━━━━━ Recorded information
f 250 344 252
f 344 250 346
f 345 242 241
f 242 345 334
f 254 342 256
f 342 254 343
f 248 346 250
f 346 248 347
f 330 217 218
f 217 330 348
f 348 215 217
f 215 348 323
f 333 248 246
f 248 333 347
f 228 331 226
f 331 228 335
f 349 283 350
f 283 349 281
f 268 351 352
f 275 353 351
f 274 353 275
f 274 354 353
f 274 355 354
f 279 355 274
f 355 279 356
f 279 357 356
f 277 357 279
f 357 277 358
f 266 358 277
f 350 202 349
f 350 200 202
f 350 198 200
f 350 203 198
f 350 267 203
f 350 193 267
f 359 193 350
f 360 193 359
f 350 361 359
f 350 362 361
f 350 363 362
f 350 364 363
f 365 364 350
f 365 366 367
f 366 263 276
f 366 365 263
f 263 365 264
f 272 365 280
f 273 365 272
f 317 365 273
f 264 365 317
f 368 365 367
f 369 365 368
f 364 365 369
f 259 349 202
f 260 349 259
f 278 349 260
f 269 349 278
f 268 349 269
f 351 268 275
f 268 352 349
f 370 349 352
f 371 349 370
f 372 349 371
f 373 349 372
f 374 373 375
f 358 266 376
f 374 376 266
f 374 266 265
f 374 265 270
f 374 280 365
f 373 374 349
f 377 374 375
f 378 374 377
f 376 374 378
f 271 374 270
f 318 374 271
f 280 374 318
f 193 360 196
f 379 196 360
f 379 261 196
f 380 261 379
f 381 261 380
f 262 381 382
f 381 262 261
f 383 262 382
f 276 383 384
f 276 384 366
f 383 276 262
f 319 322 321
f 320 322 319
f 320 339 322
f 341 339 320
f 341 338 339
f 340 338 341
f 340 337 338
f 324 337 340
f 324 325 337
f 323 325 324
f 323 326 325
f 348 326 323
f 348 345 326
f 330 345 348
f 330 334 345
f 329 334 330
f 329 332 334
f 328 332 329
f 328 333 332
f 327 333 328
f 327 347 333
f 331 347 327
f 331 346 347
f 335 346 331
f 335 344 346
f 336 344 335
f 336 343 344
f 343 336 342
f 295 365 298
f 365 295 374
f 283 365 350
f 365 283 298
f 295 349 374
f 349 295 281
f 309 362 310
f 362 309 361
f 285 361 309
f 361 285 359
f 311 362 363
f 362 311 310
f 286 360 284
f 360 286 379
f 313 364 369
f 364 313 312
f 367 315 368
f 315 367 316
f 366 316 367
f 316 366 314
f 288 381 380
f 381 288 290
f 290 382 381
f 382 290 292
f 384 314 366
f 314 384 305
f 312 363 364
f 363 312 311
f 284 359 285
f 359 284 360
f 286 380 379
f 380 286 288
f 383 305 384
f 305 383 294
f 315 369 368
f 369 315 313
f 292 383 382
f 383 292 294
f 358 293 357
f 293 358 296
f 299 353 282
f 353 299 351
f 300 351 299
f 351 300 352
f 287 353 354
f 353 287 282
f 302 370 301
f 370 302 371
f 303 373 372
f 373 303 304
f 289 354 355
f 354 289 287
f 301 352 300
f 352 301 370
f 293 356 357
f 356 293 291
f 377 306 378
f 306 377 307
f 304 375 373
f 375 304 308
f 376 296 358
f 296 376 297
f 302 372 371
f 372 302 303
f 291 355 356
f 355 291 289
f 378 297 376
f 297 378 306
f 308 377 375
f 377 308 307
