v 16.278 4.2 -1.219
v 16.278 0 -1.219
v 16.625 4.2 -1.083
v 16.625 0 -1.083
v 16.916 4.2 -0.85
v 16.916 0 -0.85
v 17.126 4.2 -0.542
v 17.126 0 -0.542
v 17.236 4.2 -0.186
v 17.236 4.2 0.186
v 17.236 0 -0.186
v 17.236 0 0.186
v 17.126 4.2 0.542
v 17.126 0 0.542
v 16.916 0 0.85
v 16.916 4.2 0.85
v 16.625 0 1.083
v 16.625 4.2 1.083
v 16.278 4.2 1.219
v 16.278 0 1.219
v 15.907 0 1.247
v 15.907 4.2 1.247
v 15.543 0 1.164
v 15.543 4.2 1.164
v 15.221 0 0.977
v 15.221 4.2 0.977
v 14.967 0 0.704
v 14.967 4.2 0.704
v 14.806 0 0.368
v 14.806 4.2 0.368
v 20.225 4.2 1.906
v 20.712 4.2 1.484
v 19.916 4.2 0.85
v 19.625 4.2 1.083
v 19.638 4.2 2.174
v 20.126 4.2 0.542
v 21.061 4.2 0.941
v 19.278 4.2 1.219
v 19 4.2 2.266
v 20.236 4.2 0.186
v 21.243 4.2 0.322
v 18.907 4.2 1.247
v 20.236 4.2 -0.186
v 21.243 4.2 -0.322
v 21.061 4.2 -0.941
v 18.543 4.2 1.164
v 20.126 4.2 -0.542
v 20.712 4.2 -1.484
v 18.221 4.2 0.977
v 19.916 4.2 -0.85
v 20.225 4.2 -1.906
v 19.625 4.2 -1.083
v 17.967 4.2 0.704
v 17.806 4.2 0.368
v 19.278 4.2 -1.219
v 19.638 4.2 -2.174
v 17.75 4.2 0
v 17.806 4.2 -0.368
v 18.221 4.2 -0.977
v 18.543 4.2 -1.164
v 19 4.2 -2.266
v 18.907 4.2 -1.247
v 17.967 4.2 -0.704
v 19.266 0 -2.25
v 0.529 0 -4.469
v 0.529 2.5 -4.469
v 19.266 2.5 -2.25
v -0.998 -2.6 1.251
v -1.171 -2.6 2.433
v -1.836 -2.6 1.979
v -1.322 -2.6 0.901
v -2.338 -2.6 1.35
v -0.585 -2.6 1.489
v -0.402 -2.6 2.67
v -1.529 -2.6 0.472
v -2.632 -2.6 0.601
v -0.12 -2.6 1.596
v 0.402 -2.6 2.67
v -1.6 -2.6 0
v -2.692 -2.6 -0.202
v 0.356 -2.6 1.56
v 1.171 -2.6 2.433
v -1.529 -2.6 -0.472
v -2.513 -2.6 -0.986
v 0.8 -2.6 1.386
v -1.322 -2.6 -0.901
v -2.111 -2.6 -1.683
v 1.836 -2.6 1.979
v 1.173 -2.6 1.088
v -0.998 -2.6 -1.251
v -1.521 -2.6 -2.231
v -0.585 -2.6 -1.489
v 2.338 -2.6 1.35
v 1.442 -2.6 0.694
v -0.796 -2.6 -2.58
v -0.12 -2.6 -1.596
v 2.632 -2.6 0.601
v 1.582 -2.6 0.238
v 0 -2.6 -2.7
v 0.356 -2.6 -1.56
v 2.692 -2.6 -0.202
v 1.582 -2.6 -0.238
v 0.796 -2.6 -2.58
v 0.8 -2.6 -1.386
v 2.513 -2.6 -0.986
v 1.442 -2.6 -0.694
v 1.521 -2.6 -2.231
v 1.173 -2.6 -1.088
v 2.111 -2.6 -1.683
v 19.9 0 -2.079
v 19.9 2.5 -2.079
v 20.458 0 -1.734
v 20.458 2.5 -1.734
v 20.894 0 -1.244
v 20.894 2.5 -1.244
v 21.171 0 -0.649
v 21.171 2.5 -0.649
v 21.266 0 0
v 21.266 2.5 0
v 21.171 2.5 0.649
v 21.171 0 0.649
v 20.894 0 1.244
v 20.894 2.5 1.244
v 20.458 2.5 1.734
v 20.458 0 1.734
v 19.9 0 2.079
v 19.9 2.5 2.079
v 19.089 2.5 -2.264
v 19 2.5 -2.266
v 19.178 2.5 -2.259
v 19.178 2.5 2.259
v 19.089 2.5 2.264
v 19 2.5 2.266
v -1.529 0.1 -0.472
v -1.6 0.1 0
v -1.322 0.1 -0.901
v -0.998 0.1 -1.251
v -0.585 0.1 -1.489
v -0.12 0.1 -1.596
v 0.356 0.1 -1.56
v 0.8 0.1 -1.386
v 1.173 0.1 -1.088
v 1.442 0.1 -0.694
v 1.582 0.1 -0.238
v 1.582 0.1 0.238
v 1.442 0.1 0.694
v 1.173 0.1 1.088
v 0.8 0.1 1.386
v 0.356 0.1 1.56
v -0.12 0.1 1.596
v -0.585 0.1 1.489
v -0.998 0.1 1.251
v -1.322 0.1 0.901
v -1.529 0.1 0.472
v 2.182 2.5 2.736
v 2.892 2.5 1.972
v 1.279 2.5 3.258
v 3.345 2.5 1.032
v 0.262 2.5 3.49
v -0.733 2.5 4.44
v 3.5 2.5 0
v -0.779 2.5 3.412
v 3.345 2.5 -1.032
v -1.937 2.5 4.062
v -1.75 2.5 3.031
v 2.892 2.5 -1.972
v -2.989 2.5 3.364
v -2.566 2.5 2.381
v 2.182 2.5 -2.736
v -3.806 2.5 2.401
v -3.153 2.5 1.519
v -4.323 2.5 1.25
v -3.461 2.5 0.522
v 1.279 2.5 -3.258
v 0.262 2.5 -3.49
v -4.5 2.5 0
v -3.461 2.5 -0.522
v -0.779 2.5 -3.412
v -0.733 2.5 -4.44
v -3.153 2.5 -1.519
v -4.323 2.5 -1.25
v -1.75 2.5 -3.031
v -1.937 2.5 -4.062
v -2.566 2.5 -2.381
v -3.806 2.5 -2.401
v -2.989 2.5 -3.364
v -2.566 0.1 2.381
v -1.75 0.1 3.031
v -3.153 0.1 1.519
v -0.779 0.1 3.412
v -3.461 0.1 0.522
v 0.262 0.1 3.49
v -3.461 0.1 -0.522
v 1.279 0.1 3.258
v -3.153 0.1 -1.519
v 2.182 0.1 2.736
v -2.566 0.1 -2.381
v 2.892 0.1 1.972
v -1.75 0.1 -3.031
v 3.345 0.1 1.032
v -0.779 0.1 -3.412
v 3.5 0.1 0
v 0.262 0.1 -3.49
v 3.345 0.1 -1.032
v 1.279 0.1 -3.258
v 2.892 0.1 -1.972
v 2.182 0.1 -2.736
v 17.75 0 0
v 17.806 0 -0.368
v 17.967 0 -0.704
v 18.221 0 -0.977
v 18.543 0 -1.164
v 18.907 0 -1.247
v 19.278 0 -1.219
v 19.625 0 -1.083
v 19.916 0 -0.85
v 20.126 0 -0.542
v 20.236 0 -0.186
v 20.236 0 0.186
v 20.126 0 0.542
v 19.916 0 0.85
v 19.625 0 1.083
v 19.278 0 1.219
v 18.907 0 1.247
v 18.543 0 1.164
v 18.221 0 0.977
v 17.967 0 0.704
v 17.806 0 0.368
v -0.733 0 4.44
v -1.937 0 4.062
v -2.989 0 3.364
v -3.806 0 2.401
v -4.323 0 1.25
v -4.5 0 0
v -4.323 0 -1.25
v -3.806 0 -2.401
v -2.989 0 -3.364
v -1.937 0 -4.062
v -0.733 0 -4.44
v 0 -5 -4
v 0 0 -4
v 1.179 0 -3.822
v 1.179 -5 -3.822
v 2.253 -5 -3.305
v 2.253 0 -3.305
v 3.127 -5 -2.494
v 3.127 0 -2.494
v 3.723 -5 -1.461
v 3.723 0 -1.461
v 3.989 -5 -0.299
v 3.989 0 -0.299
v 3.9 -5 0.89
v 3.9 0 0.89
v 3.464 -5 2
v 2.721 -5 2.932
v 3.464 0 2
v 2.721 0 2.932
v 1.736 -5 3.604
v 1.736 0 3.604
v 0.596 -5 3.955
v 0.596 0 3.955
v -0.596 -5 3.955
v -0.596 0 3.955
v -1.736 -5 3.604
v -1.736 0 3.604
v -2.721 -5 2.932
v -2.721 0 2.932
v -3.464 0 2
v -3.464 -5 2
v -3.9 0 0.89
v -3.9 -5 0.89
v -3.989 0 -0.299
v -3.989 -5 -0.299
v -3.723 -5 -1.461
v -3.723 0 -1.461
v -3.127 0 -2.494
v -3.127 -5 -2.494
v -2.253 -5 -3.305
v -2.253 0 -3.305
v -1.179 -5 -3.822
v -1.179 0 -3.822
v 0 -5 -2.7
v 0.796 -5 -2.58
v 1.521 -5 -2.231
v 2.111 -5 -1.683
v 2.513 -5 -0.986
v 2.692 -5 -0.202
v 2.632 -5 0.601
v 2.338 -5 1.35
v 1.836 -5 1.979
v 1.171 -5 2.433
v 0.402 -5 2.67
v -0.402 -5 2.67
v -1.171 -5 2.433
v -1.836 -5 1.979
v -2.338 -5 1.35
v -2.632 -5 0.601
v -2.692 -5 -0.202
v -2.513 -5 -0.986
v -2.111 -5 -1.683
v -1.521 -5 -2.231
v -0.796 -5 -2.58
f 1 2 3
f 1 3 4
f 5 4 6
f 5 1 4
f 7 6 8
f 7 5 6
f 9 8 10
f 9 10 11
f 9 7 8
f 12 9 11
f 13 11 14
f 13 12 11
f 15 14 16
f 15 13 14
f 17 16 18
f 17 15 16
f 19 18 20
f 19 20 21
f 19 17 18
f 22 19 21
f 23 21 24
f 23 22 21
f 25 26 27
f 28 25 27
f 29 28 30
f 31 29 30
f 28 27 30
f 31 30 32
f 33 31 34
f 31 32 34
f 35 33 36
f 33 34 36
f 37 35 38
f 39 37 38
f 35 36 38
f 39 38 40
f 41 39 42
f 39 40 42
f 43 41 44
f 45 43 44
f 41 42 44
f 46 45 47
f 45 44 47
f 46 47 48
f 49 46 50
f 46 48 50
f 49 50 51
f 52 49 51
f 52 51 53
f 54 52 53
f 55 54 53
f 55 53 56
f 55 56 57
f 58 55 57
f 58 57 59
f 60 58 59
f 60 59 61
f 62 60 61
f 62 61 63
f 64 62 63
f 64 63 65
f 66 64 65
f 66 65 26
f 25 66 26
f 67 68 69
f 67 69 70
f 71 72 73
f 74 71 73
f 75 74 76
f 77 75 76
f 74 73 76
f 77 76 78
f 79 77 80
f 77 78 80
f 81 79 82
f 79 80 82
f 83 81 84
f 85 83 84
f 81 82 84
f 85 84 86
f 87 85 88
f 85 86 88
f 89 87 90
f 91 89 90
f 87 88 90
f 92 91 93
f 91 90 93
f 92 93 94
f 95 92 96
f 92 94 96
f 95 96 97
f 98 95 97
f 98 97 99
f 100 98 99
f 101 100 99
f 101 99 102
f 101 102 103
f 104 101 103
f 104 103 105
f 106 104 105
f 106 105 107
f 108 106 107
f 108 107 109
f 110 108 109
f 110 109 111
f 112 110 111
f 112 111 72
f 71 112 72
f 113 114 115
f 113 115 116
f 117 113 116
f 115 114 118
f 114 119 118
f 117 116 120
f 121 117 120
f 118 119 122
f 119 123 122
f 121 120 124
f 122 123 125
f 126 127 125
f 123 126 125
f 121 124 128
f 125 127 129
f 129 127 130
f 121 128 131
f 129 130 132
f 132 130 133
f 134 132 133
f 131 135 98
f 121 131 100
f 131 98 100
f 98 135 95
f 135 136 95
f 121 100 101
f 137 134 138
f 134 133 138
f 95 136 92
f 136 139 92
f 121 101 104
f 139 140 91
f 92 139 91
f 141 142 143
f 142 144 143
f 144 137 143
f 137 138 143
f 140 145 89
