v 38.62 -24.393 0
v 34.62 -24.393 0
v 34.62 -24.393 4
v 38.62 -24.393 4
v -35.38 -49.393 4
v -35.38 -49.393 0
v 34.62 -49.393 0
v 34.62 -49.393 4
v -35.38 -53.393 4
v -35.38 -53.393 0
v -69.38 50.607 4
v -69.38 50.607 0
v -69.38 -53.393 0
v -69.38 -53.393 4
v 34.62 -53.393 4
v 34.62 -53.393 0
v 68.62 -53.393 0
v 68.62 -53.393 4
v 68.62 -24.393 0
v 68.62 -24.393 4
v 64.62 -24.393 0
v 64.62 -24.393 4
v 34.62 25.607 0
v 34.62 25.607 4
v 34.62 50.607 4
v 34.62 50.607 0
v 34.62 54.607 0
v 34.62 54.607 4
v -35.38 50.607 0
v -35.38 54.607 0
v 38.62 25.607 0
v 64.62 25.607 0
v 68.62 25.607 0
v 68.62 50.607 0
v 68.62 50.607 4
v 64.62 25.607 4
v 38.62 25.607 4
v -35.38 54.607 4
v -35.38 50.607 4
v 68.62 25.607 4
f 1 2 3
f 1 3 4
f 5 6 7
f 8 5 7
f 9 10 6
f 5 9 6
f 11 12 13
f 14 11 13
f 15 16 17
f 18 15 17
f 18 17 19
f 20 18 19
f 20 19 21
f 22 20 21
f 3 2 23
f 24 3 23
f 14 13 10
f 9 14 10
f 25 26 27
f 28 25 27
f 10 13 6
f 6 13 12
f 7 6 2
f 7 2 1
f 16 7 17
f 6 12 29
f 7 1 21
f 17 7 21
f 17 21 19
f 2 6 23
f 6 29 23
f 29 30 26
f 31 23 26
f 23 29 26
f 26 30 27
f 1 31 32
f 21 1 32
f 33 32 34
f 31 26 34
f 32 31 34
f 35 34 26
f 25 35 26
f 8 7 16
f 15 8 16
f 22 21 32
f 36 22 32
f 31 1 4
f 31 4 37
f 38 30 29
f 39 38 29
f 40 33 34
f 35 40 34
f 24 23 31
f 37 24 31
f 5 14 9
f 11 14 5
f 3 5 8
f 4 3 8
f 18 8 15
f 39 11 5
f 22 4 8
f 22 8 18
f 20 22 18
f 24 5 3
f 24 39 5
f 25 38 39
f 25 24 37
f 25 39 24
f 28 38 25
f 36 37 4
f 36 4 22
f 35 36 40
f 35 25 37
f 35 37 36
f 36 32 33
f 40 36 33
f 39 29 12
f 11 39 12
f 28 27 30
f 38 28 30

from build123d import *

# Parameters (mm, degrees)
SKETCH_1_W      = 4
SKETCH_1_H      = 50
EXTRUDE_1_DEPTH = 4


with BuildPart() as part:
    # Эскиз1 → Бобышка-Вытянуть1 (new body)
    with BuildSketch(Plane.XY):
        Polygon((-35.380363478, 50.607363696), (-65.380363478, 50.607363696), (-69.380363478, 50.607363696), (-69.380363478, -53.392636304), (-65.380363478, -53.392636304), (-35.380363478, -53.392636304), (-35.380363478, -49.392636304), (34.619636522, -49.392636304), (34.619636522, -53.392636304), (64.619636522, -53.392636304), (68.619636522, -53.392636304), (68.619636522, -24.392636304), (64.619636522, -24.392636304), (64.619636522, 25.607363696), (68.619636522, 25.607363696), (68.619636522, 50.607363696), (64.619636522, 50.607363696), (34.619636522, 50.607363696), (34.619636522, 54.607363696), (-35.380363478, 54.607363696), align=None)
        with Locations((36.619636522, 0.607363696)):
            Rectangle(SKETCH_1_W, SKETCH_1_H, mode=Mode.SUBTRACT)
    extrude(amount=EXTRUDE_1_DEPTH)


solid = part.part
━━━━━━━━━━
- **What to do**
Starting at the line above that contains "v 21.171 0 -0.649", write out each line exactly until the line that contains "v -1.6 0.1 0" has been written, and stop there.

- **Result**
v 21.171 0 -0.649
v 21.171 2.5 -0.649
v 21.266 0 0
v 21.266 2.5 0
v 21.171 2.5 0.649
v 21.171 0 0.649
v 20.894 0 1.244
v 20.894 2.5 1.244
v 20.458 2.5 1.734
v 20.458 0 1.734
v 19.9 0 2.079
v 19.9 2.5 2.079
v 19.089 2.5 -2.264
v 19 2.5 -2.266
v 19.178 2.5 -2.259
v 19.178 2.5 2.259
v 19.089 2.5 2.264
v 19 2.5 2.266
v -1.529 0.1 -0.472
v -1.6 0.1 0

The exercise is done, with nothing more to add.